LISTED RECORDS:
§ §

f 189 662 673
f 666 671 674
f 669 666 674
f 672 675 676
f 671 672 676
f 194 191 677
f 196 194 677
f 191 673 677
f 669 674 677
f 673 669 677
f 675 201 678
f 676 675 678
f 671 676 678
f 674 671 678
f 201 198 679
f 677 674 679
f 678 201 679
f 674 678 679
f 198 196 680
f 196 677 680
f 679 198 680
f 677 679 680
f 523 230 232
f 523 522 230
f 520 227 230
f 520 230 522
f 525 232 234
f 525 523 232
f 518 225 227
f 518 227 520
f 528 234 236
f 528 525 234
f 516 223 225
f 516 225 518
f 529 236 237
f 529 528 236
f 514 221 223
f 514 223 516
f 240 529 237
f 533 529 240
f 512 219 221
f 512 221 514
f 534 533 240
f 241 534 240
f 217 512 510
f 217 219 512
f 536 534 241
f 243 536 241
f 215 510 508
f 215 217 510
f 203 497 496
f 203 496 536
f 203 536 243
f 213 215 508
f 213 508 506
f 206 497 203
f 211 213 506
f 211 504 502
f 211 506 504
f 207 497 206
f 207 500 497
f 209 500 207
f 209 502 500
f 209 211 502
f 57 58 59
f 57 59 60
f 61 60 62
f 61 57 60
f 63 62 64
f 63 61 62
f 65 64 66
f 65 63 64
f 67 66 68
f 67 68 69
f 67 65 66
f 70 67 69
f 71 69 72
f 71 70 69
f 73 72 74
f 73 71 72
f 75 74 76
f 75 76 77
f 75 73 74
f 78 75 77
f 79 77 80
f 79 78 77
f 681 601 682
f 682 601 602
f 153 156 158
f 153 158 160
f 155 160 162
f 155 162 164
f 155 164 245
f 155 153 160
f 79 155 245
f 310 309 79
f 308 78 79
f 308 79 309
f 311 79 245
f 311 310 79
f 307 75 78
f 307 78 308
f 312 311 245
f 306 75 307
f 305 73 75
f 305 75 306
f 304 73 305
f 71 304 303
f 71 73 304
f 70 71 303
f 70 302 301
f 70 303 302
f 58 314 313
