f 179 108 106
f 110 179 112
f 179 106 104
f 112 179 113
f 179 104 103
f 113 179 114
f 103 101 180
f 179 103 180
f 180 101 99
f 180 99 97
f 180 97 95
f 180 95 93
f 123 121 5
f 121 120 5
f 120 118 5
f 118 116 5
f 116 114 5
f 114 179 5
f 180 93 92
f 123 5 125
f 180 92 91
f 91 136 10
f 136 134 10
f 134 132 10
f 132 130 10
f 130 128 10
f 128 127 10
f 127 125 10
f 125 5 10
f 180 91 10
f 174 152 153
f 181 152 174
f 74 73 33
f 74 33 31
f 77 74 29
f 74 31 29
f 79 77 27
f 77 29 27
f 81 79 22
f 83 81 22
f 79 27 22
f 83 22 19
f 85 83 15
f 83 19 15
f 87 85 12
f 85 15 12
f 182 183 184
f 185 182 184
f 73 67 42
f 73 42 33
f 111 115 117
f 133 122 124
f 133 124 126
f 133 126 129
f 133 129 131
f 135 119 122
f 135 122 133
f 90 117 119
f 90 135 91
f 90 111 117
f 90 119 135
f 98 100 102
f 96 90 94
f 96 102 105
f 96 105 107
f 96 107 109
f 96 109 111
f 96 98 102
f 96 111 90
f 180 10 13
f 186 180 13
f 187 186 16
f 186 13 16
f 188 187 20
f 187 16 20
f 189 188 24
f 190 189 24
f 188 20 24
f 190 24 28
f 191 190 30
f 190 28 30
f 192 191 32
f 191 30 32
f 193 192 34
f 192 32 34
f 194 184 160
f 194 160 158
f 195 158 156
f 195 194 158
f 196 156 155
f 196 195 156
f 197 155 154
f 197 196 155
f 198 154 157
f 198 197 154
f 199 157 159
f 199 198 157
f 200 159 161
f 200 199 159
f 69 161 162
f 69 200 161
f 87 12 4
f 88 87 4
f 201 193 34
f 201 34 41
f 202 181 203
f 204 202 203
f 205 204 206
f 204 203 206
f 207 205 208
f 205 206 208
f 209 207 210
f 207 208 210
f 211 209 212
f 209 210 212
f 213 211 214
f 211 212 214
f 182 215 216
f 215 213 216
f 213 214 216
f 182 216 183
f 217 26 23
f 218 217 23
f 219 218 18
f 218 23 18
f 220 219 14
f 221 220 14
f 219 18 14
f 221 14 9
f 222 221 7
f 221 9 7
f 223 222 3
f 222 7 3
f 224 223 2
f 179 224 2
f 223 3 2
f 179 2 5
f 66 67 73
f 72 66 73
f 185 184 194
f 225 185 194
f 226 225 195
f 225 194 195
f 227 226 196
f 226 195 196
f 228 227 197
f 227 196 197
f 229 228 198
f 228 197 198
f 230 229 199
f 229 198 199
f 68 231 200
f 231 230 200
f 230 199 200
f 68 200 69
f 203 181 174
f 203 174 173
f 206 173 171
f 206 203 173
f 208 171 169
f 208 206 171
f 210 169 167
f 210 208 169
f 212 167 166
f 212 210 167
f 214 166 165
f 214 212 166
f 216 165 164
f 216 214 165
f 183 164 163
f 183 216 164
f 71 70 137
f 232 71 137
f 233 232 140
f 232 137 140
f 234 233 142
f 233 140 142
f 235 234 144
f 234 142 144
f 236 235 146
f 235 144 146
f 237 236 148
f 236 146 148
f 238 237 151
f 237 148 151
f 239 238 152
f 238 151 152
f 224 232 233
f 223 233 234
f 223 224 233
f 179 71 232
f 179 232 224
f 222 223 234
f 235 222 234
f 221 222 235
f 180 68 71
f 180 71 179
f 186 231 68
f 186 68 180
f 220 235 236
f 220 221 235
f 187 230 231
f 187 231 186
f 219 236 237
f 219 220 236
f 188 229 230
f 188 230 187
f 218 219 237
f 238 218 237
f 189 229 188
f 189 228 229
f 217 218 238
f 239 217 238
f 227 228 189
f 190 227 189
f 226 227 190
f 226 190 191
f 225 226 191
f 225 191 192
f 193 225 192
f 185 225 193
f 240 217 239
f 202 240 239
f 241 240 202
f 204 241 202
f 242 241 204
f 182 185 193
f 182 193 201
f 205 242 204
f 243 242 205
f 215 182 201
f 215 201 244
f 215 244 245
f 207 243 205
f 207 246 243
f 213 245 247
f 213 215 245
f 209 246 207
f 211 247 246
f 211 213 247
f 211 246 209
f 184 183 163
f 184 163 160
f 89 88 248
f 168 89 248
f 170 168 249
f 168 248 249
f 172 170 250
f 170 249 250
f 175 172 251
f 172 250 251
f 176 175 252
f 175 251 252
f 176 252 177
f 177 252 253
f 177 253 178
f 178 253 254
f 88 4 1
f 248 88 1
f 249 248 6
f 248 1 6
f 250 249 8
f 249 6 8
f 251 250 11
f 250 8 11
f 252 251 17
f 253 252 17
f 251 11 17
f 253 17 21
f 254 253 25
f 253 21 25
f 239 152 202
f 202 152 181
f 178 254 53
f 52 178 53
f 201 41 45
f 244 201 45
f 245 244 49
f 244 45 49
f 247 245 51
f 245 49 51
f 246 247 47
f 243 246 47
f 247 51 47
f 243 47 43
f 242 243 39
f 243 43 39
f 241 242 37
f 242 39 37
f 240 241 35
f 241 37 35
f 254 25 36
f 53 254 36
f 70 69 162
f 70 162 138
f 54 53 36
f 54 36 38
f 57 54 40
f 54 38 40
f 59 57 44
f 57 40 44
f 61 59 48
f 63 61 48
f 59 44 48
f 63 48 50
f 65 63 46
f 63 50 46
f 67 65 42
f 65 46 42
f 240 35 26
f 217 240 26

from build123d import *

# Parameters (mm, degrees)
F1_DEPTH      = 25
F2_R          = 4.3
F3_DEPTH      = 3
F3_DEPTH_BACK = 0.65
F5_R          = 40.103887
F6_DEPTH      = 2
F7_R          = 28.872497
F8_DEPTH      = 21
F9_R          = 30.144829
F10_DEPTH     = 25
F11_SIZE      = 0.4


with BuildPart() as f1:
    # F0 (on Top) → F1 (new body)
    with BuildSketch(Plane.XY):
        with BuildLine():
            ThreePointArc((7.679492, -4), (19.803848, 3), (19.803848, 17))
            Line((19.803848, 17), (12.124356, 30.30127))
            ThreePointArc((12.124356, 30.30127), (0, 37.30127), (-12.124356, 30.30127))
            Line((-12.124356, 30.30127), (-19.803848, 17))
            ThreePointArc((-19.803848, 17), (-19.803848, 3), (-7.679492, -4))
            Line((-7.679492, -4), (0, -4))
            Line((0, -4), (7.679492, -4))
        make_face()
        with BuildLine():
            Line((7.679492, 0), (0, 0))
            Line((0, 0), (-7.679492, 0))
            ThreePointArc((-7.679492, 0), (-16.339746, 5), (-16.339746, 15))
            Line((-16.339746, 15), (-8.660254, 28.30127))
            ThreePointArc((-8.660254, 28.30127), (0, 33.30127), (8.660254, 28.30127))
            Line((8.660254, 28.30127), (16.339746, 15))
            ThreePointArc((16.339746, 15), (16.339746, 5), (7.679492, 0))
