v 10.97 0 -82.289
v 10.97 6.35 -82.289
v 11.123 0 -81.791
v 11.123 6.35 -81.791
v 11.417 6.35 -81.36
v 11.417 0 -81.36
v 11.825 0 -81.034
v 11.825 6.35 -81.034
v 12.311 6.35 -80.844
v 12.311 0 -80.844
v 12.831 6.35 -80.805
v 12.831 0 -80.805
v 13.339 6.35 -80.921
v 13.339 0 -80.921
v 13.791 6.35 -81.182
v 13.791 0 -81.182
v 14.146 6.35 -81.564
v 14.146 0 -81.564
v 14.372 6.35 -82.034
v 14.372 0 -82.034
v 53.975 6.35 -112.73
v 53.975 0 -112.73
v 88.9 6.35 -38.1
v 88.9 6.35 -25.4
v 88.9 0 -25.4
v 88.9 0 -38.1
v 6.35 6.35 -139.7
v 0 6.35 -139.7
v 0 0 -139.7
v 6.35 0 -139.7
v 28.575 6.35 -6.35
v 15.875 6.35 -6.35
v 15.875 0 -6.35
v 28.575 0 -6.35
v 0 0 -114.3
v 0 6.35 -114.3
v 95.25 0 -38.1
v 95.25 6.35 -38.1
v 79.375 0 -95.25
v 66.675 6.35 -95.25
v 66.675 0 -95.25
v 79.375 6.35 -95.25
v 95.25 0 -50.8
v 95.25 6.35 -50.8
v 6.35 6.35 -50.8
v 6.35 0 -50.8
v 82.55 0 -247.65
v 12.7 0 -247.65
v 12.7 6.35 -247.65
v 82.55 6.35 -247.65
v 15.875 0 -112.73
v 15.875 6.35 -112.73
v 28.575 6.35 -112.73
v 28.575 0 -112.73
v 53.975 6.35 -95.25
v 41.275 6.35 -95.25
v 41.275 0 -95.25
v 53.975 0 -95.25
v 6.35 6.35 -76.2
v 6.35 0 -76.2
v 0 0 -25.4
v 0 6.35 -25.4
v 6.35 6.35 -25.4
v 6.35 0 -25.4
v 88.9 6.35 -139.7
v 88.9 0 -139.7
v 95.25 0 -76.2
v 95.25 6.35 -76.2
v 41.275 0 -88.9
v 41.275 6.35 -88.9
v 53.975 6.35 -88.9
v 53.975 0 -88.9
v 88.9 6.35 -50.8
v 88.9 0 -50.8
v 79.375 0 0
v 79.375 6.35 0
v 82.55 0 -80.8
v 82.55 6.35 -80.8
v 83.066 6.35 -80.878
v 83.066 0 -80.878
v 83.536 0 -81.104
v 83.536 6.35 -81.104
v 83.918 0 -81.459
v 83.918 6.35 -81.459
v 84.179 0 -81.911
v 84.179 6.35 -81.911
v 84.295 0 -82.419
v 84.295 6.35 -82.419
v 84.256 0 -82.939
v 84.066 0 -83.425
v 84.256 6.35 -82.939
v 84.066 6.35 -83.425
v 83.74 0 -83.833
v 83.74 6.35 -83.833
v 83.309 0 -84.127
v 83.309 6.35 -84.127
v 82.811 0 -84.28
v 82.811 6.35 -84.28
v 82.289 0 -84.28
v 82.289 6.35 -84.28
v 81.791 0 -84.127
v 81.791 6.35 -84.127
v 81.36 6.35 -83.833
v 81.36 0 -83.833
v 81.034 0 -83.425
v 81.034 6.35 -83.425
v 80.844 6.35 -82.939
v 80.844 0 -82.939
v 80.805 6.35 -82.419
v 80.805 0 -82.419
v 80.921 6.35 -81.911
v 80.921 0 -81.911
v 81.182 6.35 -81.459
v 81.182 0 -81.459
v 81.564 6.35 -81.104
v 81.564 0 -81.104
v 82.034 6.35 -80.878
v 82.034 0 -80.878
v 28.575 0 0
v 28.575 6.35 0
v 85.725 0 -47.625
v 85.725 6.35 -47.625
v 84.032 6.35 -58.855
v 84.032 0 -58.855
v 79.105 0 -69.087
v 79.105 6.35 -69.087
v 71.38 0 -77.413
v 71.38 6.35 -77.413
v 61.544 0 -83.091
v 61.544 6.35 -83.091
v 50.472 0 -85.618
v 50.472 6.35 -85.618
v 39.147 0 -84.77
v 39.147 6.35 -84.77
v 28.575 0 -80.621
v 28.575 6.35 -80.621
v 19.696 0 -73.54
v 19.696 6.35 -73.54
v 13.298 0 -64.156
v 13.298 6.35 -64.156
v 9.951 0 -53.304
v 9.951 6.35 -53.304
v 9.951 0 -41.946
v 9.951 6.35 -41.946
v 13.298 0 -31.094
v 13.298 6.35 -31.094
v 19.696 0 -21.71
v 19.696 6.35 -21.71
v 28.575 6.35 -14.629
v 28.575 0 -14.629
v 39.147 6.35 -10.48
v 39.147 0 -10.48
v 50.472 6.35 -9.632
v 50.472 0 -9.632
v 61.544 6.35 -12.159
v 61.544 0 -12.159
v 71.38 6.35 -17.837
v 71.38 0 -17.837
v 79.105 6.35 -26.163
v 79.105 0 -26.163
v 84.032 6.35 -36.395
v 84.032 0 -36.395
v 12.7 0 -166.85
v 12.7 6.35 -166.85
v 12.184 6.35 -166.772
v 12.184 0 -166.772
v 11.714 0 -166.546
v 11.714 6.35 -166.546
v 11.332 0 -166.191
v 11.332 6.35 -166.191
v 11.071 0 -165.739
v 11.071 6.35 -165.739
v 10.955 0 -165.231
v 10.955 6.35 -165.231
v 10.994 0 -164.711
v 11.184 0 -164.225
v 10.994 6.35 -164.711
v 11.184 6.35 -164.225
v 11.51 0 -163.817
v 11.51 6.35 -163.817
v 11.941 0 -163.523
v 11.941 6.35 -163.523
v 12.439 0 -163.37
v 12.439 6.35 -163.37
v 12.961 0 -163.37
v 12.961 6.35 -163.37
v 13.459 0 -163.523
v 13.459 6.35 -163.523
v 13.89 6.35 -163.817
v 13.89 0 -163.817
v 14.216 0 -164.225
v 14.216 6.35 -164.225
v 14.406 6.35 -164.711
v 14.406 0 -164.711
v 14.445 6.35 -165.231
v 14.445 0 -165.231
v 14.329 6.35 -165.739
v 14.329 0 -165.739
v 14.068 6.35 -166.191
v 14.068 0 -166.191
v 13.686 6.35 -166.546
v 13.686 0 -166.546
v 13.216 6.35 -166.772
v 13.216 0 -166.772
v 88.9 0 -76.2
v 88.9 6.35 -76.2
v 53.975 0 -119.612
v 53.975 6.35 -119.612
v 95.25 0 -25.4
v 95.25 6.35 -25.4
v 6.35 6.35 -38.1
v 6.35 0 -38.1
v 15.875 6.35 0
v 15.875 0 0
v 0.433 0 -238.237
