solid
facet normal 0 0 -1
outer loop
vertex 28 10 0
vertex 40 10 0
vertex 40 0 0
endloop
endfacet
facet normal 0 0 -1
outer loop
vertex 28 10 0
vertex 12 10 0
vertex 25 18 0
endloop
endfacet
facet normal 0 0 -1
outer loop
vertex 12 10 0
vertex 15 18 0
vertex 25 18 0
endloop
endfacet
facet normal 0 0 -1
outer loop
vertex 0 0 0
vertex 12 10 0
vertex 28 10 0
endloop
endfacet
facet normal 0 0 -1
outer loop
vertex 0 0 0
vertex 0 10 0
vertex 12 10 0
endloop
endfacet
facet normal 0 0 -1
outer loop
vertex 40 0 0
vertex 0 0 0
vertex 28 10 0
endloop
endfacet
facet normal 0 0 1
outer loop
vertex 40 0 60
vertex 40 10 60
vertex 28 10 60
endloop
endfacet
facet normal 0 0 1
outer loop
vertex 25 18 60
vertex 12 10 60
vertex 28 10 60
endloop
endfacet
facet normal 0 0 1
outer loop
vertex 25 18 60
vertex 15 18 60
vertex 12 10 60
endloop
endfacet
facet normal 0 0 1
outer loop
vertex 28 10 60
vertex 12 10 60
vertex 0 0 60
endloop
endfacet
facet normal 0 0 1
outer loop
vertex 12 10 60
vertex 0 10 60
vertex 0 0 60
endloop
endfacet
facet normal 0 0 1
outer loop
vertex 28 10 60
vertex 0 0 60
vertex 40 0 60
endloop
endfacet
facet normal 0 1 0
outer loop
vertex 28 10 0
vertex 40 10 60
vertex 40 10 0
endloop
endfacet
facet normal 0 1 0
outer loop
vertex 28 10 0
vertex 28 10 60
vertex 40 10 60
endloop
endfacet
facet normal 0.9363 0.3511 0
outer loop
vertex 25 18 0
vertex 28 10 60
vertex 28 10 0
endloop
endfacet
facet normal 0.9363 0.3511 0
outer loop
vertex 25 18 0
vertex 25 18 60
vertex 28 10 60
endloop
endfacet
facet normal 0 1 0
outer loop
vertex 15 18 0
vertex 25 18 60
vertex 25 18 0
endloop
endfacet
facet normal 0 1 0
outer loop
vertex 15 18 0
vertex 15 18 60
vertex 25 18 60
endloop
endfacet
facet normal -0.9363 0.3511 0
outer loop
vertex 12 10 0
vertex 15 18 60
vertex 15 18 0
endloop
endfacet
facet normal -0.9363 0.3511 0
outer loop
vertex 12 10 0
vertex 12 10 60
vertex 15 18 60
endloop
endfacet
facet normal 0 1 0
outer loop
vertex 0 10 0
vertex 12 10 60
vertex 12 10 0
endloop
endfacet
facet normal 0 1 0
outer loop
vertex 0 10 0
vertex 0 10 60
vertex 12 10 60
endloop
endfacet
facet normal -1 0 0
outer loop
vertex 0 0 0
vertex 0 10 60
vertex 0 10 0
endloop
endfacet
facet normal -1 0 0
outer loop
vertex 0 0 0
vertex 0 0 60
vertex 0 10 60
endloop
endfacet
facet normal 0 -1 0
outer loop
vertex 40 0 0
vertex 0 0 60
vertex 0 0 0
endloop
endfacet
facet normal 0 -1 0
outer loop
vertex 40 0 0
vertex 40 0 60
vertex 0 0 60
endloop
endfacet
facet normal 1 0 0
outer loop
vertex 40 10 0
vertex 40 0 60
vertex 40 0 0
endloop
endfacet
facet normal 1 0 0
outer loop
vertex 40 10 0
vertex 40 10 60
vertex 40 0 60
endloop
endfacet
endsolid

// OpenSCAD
$fn = 32;

// ----------------------------------------------------------------------
// V guide rail: dovetail, 40 mm wide
// ----------------------------------------------------------------------

// --- parameters (mm) ---
rail_w = 40;              // rail width, X
base_t = 10;              // base plate thickness
v_depth = 8;              // V feature depth / height
v_half_w = 8;             // half width of the V at the base face
plate_t = 60;             // rail length, Z (the extrusion height)
top_half_w = 5;           // half width at the dovetail top

dovetail_base = 2 * v_half_w;  // dovetail width at the base
dovetail_top = 2 * top_half_w;  // dovetail width at the top

profile = [[0, 0], [40, 0], [40, 10], [28, 10], [25, 18], [15, 18], [12, 10], [0, 10]];  // primary outline, 8 points, counter clockwise

// --- the one profile operation ---
linear_extrude(height = plate_t) polygon(points = profile);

§ §

PROBLEM DETAILS: Once the line with "v 13.339 0 -80.921" is found in the records above, print exactly that line and every line after it through the line with "v 0 6.35 -114.3".

ANSWER TO THE EXERCISE:
v 13.339 0 -80.921
v 13.791 6.35 -81.182
v 13.791 0 -81.182
v 14.146 6.35 -81.564
v 14.146 0 -81.564
v 14.372 6.35 -82.034
v 14.372 0 -82.034
v 53.975 6.35 -112.73
v 53.975 0 -112.73
v 88.9 6.35 -38.1
v 88.9 6.35 -25.4
v 88.9 0 -25.4
v 88.9 0 -38.1
v 6.35 6.35 -139.7
v 0 6.35 -139.7
v 0 0 -139.7
v 6.35 0 -139.7
v 28.575 6.35 -6.35
v 15.875 6.35 -6.35
v 15.875 0 -6.35
v 28.575 0 -6.35
v 0 0 -114.3
v 0 6.35 -114.3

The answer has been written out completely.